**TASK STATEMENT:** Below are some records. Print exactly the lines between the one holding "#34=AXIS2_PLACEMENT_3D('',#33,#16,#17);" and the one holding "#58=CYLINDRICAL_SURFACE('',#57,85.);", inclusive, and nothing else.

────────────────

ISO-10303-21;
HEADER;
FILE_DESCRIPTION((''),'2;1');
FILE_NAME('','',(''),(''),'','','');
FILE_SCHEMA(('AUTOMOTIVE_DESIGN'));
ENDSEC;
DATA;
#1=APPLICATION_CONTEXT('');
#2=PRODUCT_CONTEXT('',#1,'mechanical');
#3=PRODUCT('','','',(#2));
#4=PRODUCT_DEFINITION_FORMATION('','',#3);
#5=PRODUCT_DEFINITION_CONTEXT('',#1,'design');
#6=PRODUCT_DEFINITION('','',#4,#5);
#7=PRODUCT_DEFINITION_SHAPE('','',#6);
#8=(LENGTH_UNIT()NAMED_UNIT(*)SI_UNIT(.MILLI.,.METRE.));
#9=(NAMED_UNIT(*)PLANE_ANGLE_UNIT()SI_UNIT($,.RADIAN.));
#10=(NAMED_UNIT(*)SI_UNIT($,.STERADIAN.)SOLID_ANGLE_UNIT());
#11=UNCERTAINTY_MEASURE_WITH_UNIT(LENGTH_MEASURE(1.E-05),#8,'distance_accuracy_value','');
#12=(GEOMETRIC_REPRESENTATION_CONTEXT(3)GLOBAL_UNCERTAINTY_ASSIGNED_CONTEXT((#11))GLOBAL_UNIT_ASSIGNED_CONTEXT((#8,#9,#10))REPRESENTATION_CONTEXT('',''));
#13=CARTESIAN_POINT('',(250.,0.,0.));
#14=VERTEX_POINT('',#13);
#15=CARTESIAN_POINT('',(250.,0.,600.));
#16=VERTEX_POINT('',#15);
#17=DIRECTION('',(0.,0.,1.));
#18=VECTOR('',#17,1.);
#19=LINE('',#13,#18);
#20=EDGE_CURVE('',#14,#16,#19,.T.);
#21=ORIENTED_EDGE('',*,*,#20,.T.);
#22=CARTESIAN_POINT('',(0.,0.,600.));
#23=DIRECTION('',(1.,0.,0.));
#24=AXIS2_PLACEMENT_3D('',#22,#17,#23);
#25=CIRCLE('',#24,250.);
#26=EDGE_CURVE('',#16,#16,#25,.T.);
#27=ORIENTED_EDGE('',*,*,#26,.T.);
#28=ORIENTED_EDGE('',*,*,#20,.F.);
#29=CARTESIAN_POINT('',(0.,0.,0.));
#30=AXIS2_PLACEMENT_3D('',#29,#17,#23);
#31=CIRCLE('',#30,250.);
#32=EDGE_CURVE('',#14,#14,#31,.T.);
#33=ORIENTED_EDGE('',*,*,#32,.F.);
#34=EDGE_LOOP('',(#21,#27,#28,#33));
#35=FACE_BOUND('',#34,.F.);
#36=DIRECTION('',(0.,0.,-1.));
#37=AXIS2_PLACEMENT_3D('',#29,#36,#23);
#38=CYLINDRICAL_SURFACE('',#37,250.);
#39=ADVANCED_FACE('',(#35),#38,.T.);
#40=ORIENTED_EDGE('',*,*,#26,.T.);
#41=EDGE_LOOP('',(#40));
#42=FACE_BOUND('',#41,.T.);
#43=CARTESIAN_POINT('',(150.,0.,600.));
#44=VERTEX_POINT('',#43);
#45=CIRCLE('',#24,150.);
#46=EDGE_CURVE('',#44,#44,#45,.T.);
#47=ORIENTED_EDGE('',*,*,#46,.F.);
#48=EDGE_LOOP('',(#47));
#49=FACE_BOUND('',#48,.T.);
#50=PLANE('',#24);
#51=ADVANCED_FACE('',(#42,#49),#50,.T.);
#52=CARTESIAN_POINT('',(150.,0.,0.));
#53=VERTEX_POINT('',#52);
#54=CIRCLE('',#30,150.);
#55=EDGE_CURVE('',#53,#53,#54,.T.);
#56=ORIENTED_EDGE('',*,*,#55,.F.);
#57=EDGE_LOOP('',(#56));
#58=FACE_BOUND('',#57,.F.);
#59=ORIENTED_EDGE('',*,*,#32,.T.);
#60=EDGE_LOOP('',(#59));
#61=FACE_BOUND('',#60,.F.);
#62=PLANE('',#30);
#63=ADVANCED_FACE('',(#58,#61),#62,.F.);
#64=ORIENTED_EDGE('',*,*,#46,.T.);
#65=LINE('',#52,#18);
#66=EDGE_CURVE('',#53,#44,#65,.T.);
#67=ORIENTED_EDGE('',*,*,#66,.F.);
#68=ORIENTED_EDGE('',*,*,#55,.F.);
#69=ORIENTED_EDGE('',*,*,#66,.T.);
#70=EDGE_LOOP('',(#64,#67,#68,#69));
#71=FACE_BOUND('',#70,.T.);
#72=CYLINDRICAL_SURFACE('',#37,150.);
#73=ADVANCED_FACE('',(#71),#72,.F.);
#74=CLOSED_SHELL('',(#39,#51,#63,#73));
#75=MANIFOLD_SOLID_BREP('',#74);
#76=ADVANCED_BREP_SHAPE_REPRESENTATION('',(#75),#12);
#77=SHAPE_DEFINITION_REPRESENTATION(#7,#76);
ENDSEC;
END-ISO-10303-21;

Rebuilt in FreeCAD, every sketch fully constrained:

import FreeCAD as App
import Part
import Sketcher

doc = App.newDocument("Part")
params = doc.addObject("Spreadsheet::Sheet", "Params")
for row, (alias, value) in enumerate([
    ("sketch1_diameter", "500 mm"),
    ("pad1_length", "600 mm"),
    ("sketch2_diameter", "300 mm"),
    ("pocket1_length", "600 mm"),
], start=1):
    params.set(f"A{row}", alias)
    params.set(f"B{row}", "=" + value)
    params.setAlias(f"B{row}", alias)

body = doc.addObject("PartDesign::Body", "Body")

# Sketch on XY plane
sketch1 = body.newObject("Sketcher::SketchObject", "Sketch")
sketch1.AttachmentSupport = (doc.getObject("XY_Plane"), [""])
sketch1.MapMode = "FlatFace"
sketch1.addGeometry(Part.Circle(App.Vector(0, 0, 0), App.Vector(0, 0, 1), 250), False)
sketch1.addConstraint([
    Sketcher.Constraint("Coincident", 0, 3, -1, 1),
    Sketcher.Constraint("Diameter", 0, 500.0),
])
sketch1.setExpression("Constraints[1]", "Params.sketch1_diameter")
pad1 = body.newObject("PartDesign::Pad", "Pad")
pad1.Profile = sketch1
pad1.setExpression("Length", "Params.pad1_length")

# Sketch on XY plane
sketch2 = body.newObject("Sketcher::SketchObject", "Sketch001")
sketch2.AttachmentSupport = (doc.getObject("XY_Plane"), [""])
sketch2.MapMode = "FlatFace"
sketch2.addGeometry(Part.Circle(App.Vector(0, 0, 0), App.Vector(0, 0, 1), 150), False)
sketch2.addConstraint([
    Sketcher.Constraint("Coincident", 0, 3, -1, 1),
    Sketcher.Constraint("Diameter", 0, 300.0),
])
sketch2.setExpression("Constraints[1]", "Params.sketch2_diameter")
pocket1 = body.newObject("PartDesign::Pocket", "Pocket")
pocket1.Profile = sketch2
pocket1.setExpression("Length", "Params.pocket1_length")
pocket1.Reversed = True

doc.recompute()
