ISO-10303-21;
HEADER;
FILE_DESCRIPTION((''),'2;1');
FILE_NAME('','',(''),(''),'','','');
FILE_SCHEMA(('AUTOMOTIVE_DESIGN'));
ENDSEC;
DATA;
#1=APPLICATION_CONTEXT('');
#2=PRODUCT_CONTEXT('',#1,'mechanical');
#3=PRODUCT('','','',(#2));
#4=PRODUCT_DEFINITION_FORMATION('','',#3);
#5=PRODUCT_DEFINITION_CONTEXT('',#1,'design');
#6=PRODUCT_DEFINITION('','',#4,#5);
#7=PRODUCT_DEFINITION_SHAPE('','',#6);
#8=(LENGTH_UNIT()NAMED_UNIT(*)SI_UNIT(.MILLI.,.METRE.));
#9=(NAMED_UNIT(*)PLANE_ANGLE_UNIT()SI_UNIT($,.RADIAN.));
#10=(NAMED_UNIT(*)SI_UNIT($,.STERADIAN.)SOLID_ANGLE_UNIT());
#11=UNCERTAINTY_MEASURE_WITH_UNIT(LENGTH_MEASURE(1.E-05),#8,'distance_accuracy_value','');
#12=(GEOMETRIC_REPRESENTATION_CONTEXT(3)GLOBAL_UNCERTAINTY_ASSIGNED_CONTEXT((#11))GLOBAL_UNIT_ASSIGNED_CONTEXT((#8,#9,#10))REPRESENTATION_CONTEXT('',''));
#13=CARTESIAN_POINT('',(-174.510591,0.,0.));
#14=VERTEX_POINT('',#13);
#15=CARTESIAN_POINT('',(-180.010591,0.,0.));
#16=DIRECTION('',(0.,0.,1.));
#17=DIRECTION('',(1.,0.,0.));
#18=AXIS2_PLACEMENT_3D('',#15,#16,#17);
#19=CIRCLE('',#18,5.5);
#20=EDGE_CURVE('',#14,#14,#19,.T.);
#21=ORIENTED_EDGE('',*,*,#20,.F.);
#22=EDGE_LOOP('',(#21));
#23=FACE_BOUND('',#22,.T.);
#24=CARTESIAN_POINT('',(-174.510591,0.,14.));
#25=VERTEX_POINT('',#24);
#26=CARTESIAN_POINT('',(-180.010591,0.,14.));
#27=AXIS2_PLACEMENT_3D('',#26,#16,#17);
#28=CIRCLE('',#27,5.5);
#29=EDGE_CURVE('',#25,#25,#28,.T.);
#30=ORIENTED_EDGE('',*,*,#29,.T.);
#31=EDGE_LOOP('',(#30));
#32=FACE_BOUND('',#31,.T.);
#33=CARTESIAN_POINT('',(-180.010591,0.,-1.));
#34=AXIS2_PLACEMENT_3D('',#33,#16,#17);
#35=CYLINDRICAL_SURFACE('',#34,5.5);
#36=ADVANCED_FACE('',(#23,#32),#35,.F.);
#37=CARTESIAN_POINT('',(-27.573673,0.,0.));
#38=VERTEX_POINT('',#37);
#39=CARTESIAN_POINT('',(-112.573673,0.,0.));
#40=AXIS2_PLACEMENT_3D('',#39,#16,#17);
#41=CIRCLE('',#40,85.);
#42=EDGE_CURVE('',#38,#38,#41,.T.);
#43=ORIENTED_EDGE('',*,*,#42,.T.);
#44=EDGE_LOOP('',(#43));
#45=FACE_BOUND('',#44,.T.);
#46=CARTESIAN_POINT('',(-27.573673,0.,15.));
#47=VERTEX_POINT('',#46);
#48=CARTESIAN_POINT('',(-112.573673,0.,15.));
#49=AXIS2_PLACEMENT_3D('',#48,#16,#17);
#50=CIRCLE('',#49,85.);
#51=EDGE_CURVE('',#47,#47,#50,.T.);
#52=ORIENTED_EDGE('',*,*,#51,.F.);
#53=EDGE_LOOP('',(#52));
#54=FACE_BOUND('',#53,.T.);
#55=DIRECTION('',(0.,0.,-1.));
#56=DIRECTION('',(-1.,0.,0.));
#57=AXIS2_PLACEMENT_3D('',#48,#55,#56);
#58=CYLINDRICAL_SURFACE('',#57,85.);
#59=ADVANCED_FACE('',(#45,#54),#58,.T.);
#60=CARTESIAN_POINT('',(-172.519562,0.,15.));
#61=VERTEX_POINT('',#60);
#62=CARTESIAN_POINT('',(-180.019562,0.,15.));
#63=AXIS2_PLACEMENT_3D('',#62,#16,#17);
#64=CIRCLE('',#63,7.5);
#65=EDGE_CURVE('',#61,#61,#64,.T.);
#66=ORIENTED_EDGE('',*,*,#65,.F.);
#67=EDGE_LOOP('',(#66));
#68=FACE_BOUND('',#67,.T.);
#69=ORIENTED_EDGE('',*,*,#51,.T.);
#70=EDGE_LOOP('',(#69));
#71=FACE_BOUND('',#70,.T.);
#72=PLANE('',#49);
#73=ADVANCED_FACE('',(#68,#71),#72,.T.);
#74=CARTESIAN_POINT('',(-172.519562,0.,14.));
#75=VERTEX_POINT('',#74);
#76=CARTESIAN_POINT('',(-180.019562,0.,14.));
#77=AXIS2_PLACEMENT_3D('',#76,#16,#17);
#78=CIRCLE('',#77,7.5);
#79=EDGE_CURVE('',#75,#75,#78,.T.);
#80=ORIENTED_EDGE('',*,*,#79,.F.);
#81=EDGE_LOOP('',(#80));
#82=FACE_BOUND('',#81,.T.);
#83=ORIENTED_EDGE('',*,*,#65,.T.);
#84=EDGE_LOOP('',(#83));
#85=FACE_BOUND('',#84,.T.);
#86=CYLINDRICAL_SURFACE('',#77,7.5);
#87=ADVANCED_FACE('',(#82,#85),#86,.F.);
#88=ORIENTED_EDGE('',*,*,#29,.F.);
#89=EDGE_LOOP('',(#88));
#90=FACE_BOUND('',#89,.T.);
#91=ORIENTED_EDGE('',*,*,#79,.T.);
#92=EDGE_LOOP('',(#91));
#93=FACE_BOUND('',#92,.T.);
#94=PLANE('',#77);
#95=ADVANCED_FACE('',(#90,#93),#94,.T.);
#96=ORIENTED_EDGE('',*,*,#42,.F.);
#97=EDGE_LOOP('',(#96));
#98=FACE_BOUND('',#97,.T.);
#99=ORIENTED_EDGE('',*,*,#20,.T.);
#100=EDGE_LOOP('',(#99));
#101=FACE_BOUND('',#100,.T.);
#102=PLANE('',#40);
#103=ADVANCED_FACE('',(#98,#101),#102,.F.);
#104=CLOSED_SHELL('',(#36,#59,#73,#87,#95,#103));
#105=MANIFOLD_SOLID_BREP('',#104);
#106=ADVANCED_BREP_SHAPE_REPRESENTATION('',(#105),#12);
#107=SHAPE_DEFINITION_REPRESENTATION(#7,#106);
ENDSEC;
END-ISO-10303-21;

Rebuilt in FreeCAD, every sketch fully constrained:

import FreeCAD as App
import Part
import Sketcher

V = App.Vector
Q = App.Units.Quantity

doc = App.newDocument("Part")
body = doc.addObject("PartDesign::Body", "Body")

sketch1 = doc.addObject("Sketcher::SketchObject", "Sketch")
body.addObject(sketch1)
sketch1.AttachmentSupport = (doc.XY_Plane, [""])
sketch1.MapMode = "FlatFace"
sketch1.addGeometry(Part.Circle(V(-112.573673, 0, 0), V(0, 0, 1), 85), False)
sketch1.addConstraint([
    Sketcher.Constraint("PointOnObject", 0, 3, -1),
    Sketcher.Constraint("Diameter", 0, Q("170 mm")),
    Sketcher.Constraint("DistanceX", 0, 3, -1, 1, Q("112.573673 mm")),
])
pad1 = doc.addObject("PartDesign::Pad", "Pad")
body.addObject(pad1)
pad1.Profile = sketch1
pad1.Length = 15

sketch2 = doc.addObject("Sketcher::SketchObject", "Sketch001")
body.addObject(sketch2)
sketch2.AttachmentSupport = (doc.XY_Plane, [""])
sketch2.MapMode = "FlatFace"
sketch2.AttachmentOffset = App.Placement(V(0, 0, 15), App.Rotation())
sketch2.addGeometry(Part.Circle(V(-180.019562, 0, 0), V(0, 0, 1), 7.5), False)
sketch2.addConstraint([
    Sketcher.Constraint("PointOnObject", 0, 3, -1),
    Sketcher.Constraint("Diameter", 0, Q("15 mm")),
    Sketcher.Constraint("DistanceX", 0, 3, -1, 1, Q("180.019562 mm")),
])
pocket1 = doc.addObject("PartDesign::Pocket", "Pocket")
body.addObject(pocket1)
pocket1.Profile = sketch2
pocket1.Length = 1

sketch3 = doc.addObject("Sketcher::SketchObject", "Sketch002")
body.addObject(sketch3)
sketch3.AttachmentSupport = (doc.XY_Plane, [""])
sketch3.MapMode = "FlatFace"
sketch3.AttachmentOffset = App.Placement(V(0, 0, 14), App.Rotation())
sketch3.addGeometry(Part.Circle(V(-180.010591, 0, 0), V(0, 0, 1), 5.5), False)
sketch3.addConstraint([
    Sketcher.Constraint("PointOnObject", 0, 3, -1),
    Sketcher.Constraint("Diameter", 0, Q("11 mm")),
    Sketcher.Constraint("DistanceX", 0, 3, -1, 1, Q("180.010591 mm")),
])
pocket2 = doc.addObject("PartDesign::Pocket", "Pocket001")
body.addObject(pocket2)
pocket2.Profile = sketch3
pocket2.Length = 15

doc.recompute()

────────────────

**RESULT OF THE TASK:**
#34=AXIS2_PLACEMENT_3D('',#33,#16,#17);
#35=CYLINDRICAL_SURFACE('',#34,5.5);
#36=ADVANCED_FACE('',(#23,#32),#35,.F.);
#37=CARTESIAN_POINT('',(-27.573673,0.,0.));
#38=VERTEX_POINT('',#37);
#39=CARTESIAN_POINT('',(-112.573673,0.,0.));
#40=AXIS2_PLACEMENT_3D('',#39,#16,#17);
#41=CIRCLE('',#40,85.);
#42=EDGE_CURVE('',#38,#38,#41,.T.);
#43=ORIENTED_EDGE('',*,*,#42,.T.);
#44=EDGE_LOOP('',(#43));
#45=FACE_BOUND('',#44,.T.);
#46=CARTESIAN_POINT('',(-27.573673,0.,15.));
#47=VERTEX_POINT('',#46);
#48=CARTESIAN_POINT('',(-112.573673,0.,15.));
#49=AXIS2_PLACEMENT_3D('',#48,#16,#17);
#50=CIRCLE('',#49,85.);
#51=EDGE_CURVE('',#47,#47,#50,.T.);
#52=ORIENTED_EDGE('',*,*,#51,.F.);
#53=EDGE_LOOP('',(#52));
#54=FACE_BOUND('',#53,.T.);
#55=DIRECTION('',(0.,0.,-1.));
#56=DIRECTION('',(-1.,0.,0.));
#57=AXIS2_PLACEMENT_3D('',#48,#55,#56);
#58=CYLINDRICAL_SURFACE('',#57,85.);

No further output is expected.